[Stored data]
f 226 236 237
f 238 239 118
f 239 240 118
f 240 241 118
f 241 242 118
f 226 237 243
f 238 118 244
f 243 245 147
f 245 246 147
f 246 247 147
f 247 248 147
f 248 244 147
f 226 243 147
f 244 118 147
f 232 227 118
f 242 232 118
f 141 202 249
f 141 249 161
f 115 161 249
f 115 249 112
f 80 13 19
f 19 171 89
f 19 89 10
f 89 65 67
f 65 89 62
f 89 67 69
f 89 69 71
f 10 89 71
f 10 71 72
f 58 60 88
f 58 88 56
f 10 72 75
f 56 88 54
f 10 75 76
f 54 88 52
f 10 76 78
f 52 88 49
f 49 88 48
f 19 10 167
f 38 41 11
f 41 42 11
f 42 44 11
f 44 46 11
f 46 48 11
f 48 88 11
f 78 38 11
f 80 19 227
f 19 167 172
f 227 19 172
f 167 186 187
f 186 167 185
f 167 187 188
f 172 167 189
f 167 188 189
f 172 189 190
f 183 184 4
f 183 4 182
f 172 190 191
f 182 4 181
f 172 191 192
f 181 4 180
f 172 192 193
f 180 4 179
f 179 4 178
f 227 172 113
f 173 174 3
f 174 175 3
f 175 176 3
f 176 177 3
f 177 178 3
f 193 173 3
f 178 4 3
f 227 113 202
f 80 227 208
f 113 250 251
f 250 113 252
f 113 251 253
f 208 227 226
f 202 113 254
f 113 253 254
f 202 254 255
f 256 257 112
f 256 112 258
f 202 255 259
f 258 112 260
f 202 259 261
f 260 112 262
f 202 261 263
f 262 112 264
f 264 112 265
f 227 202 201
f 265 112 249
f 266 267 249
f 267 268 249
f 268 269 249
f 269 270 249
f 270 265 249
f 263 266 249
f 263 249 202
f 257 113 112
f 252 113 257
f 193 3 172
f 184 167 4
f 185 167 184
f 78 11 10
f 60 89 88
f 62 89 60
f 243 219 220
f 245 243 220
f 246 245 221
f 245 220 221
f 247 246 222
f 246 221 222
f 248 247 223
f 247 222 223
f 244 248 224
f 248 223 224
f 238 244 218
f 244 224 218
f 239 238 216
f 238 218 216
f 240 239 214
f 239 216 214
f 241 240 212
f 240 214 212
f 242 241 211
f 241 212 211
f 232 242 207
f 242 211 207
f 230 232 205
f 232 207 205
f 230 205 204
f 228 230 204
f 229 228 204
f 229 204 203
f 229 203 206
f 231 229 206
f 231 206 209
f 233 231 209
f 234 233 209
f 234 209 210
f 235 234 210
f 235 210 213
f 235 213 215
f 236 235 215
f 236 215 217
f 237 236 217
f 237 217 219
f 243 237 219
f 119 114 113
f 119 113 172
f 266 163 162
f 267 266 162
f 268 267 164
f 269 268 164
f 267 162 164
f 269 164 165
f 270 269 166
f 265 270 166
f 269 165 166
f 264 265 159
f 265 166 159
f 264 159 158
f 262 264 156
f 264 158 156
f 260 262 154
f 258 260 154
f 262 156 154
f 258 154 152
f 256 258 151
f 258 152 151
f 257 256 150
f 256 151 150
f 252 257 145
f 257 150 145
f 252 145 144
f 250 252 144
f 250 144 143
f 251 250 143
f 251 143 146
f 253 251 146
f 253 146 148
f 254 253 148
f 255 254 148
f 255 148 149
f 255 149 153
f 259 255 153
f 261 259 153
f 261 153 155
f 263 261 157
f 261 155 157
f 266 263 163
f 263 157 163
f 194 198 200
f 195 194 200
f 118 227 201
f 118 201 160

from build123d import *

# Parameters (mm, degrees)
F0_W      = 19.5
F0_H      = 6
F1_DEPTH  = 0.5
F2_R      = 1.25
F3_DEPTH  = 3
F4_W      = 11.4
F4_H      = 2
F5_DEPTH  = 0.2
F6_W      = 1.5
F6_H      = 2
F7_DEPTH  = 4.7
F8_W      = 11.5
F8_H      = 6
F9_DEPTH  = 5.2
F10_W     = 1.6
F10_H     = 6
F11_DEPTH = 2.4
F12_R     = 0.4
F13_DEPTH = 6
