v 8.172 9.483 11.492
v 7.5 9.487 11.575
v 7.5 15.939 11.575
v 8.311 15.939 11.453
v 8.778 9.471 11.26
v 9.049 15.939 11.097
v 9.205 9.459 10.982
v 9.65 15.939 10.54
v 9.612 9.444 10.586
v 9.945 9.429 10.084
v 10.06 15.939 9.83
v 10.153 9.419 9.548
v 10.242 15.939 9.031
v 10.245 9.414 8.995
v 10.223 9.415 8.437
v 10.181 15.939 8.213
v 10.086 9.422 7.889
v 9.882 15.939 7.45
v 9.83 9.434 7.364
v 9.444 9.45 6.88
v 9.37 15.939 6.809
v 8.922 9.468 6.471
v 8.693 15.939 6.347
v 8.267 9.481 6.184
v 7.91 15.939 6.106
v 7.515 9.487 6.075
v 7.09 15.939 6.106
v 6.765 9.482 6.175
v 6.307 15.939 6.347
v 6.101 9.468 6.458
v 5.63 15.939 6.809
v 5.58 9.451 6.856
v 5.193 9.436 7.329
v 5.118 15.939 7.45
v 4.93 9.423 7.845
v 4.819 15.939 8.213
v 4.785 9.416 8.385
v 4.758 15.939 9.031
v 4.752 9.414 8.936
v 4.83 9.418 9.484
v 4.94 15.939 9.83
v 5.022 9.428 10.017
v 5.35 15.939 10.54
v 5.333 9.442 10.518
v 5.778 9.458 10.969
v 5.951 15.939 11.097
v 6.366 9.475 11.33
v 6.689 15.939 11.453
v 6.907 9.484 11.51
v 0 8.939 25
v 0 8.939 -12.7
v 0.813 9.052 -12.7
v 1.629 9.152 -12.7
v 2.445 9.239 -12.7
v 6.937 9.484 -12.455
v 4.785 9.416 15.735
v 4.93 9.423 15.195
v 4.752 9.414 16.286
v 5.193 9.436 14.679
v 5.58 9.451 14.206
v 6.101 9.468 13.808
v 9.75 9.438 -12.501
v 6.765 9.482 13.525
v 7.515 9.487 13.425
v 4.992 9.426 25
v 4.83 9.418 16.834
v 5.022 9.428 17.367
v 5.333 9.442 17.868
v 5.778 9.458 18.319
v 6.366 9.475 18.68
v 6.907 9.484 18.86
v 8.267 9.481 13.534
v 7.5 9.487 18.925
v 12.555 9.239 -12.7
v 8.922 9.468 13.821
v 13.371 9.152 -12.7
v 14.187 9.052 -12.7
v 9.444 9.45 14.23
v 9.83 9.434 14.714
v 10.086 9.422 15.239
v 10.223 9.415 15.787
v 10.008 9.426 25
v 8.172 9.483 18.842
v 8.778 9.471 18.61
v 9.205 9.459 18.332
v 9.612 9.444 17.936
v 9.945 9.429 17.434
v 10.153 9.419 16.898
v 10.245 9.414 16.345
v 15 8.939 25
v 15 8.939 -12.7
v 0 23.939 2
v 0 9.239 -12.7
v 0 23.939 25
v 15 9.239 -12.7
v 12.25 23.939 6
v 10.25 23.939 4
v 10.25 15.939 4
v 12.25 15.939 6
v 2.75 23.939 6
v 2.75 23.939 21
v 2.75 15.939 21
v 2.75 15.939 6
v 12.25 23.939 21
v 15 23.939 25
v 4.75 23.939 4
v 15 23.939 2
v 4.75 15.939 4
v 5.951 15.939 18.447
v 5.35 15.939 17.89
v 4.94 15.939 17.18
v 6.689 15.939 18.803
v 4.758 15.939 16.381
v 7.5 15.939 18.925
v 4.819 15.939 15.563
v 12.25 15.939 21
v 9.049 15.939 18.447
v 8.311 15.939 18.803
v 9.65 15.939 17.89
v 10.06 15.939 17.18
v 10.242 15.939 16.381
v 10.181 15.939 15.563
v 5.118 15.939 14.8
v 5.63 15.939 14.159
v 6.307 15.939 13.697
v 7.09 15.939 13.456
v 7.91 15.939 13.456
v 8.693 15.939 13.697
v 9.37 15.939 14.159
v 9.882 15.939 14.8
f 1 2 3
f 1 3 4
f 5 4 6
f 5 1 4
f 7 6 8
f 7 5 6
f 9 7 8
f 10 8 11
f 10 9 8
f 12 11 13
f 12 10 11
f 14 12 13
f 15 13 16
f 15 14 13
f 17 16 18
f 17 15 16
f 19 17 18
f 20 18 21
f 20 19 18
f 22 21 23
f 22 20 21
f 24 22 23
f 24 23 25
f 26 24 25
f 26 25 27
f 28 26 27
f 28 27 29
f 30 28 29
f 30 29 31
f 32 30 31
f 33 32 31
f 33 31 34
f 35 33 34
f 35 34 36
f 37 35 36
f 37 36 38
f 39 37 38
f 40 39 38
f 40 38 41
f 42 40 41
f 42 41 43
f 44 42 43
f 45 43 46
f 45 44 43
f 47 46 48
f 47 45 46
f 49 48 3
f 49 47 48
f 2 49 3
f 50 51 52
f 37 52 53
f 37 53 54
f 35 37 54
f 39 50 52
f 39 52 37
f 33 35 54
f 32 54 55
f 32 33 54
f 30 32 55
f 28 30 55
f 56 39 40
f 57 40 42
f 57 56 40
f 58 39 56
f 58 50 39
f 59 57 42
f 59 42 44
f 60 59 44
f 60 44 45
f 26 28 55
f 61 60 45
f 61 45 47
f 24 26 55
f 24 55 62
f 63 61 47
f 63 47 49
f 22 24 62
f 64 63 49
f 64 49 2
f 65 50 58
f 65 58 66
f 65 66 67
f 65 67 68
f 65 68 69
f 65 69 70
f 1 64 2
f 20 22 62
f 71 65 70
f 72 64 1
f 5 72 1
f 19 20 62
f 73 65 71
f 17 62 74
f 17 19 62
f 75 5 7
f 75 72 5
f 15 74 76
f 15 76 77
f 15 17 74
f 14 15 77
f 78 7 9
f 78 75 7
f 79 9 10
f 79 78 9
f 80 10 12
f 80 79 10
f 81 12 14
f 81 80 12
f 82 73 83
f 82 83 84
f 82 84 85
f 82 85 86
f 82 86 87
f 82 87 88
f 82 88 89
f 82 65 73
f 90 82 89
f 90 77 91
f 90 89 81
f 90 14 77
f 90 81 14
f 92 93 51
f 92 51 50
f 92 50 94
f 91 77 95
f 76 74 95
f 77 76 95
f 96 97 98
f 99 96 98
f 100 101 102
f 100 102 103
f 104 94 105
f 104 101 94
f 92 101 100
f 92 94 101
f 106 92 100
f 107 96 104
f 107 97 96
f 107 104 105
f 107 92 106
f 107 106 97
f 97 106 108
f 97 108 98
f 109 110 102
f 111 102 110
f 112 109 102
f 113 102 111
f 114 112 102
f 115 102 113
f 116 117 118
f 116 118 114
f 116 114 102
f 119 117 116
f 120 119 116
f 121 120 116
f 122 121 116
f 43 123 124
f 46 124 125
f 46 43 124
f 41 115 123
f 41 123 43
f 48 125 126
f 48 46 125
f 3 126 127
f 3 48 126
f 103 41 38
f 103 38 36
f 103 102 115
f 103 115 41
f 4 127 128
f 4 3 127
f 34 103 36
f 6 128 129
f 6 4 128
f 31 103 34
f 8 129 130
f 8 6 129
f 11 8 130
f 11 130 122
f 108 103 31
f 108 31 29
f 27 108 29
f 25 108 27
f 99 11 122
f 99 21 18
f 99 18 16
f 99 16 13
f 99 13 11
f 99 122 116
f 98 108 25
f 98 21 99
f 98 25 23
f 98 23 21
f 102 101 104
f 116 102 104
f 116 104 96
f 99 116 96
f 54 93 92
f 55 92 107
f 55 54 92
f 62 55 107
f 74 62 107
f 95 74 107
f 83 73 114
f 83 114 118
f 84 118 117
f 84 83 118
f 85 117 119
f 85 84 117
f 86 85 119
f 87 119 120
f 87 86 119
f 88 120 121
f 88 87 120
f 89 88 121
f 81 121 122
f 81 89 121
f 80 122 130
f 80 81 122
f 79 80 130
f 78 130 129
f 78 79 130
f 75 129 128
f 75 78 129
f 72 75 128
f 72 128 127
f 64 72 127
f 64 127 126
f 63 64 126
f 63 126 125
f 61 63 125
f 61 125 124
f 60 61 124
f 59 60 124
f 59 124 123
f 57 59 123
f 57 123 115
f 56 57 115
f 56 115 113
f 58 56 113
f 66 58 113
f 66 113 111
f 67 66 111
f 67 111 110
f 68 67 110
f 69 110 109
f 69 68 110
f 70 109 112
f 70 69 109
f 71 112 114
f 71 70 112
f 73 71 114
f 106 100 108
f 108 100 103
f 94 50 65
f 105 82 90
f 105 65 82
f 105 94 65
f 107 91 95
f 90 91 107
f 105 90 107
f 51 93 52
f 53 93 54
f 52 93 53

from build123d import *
from build123d.topology import SkipClean

# Parameters (mm, degrees)
SKETCH1_W               = 15
SKETCH1_H               = 23.93877551
BOSS_EXTRUDE1_DEPTH     = 25
CUT_EXTRUDE1_DEPTH      = 25
CUT_EXTRUDE2_DEPTH      = 33.787192622
CUT_EXTRUDE2_DEPTH_BACK = 33.787192622
SKETCH3_R               = 2.75
SKETCH4_W               = 9.5
SKETCH4_H               = 17
CUT_EXTRUDE3_DEPTH      = 8
CHAMFER1_SIZE           = 2
BOSS_EXTRUDE2_DEPTH     = 12.7
CHAMFER2_START          = 15.513056934
CHAMFER2_OUTLINE_W      = 15
CHAMFER2_OUTLINE_H      = 24
CHAMFER2_DEPTH          = 11.486943066


with BuildPart() as part:
    # Sketch1 → Boss-Extrude1 (new body)
    with BuildSketch(Plane.XY):
        with Locations((7.5, 11.969387755)):
            Rectangle(SKETCH1_W, SKETCH1_H)
    extrude(amount=BOSS_EXTRUDE1_DEPTH)

    # Sketch2 → Cut-Extrude1 (cut)
    with BuildSketch(Plane.XY.offset(25)):
        with BuildLine():
            Line((0, 8.93877551), (0, 0))
            Line((0, 0), (15, 0))
            Line((15, 0), (15, 8.93877551))
            ThreePointArc((15, 8.93877551), (7.5, 9.487151408), (0, 8.93877551))
        make_face()
    extrude(amount=-CUT_EXTRUDE1_DEPTH, mode=Mode.SUBTRACT)

    # Sketch3 → Cut-Extrude2 (cut, two sides: drawn at the far end of the back side and taken through both)
    with BuildSketch(Plane(origin=(0, 23.93877551, 0), x_dir=(1, 0, 0), z_dir=(0, 1, 0)).offset(-CUT_EXTRUDE2_DEPTH_BACK)):
        with Locations(Location((7.5, -8.825, 0), (0, 0, 270))):
            Circle(SKETCH3_R)
        with Locations(Location((7.5, -16.175, 0), (0, 0, 270))):
            Circle(SKETCH3_R)
    extrude(amount=CUT_EXTRUDE2_DEPTH + CUT_EXTRUDE2_DEPTH_BACK, mode=Mode.SUBTRACT)

    # Sketch4 → Cut-Extrude3 (cut)
    with BuildSketch(Plane(origin=(0, 23.93877551, 0), x_dir=(1, 0, 0), z_dir=(0, 1, 0))):
        with Locations((7.5, -12.5)):
            Rectangle(SKETCH4_W, SKETCH4_H)
    extrude(amount=-CUT_EXTRUDE3_DEPTH, mode=Mode.SUBTRACT)

    # Chamfer1
    chamfer1_edges = [part.edges().sort_by_distance(p)[0] for p in [
        (2.75, 19.93877551, 4),
        (12.25, 19.93877551, 4),
    ]]
    chamfer(chamfer1_edges, length=CHAMFER1_SIZE)

    # Sketch5 → Boss-Extrude2 (add)
    with SkipClean():  # the faces are left unmerged after this step: merging them gives an invalid solid
        with BuildSketch(Plane(origin=(0, 0, 0), x_dir=(-1, 0, 0), z_dir=(0, 0, -1))):
            with BuildLine():
                Line((-15, 23.93877551), (0, 23.93877551))
                Line((0, 23.93877551), (0, 8.93877551))
                ThreePointArc((0, 8.93877551), (-7.5, 9.487151408), (-15, 8.93877551))
                Line((-15, 8.93877551), (-15, 23.93877551))
            make_face()
        extrude(amount=BOSS_EXTRUDE2_DEPTH)

    # Chamfer2: read off the stored shape, not the designer's step
    # Chamfer2 outline → Chamfer2 (cut)
    with BuildSketch(Plane(origin=(0, 0, 0), x_dir=(1, 0, 0), z_dir=(0, 0.707106781186544, -0.707106781186551)).offset(CHAMFER2_START)):
        with Locations((7.5, -8)):
            Rectangle(CHAMFER2_OUTLINE_W, CHAMFER2_OUTLINE_H)
    extrude(amount=CHAMFER2_DEPTH, mode=Mode.SUBTRACT)


solid = part.part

### WORK ITEM
In the entries above, find the line holding "f 120 119 116" and the line holding "f 67 111 110", then retype exactly those two lines and every line between them, and nothing else.

### RESULT OF THE TASK
f 120 119 116
f 121 120 116
f 122 121 116
f 43 123 124
f 46 124 125
f 46 43 124
f 41 115 123
f 41 123 43
f 48 125 126
f 48 46 125
f 3 126 127
f 3 48 126
f 103 41 38
f 103 38 36
f 103 102 115
f 103 115 41
f 4 127 128
f 4 3 127
f 34 103 36
f 6 128 129
f 6 4 128
f 31 103 34
f 8 129 130
f 8 6 129
f 11 8 130
f 11 130 122
f 108 103 31
f 108 31 29
f 27 108 29
f 25 108 27
f 99 11 122
f 99 21 18
f 99 18 16
f 99 16 13
f 99 13 11
f 99 122 116
f 98 108 25
f 98 21 99
f 98 25 23
f 98 23 21
f 102 101 104
f 116 102 104
f 116 104 96
f 99 116 96
f 54 93 92
f 55 92 107
f 55 54 92
f 62 55 107
f 74 62 107
f 95 74 107
f 83 73 114
f 83 114 118
f 84 118 117
f 84 83 118
f 85 117 119
f 85 84 117
f 86 85 119
f 87 119 120
f 87 86 119
f 88 120 121
f 88 87 120
f 89 88 121
f 81 121 122
f 81 89 121
f 80 122 130
f 80 81 122
f 79 80 130
f 78 130 129
f 78 79 130
f 75 129 128
f 75 78 129
f 72 75 128
f 72 128 127
f 64 72 127
f 64 127 126
f 63 64 126
f 63 126 125
f 61 63 125
f 61 125 124
f 60 61 124
f 59 60 124
f 59 124 123
f 57 59 123
f 57 123 115
f 56 57 115
f 56 115 113
f 58 56 113
f 66 58 113
f 66 113 111
f 67 66 111
f 67 111 110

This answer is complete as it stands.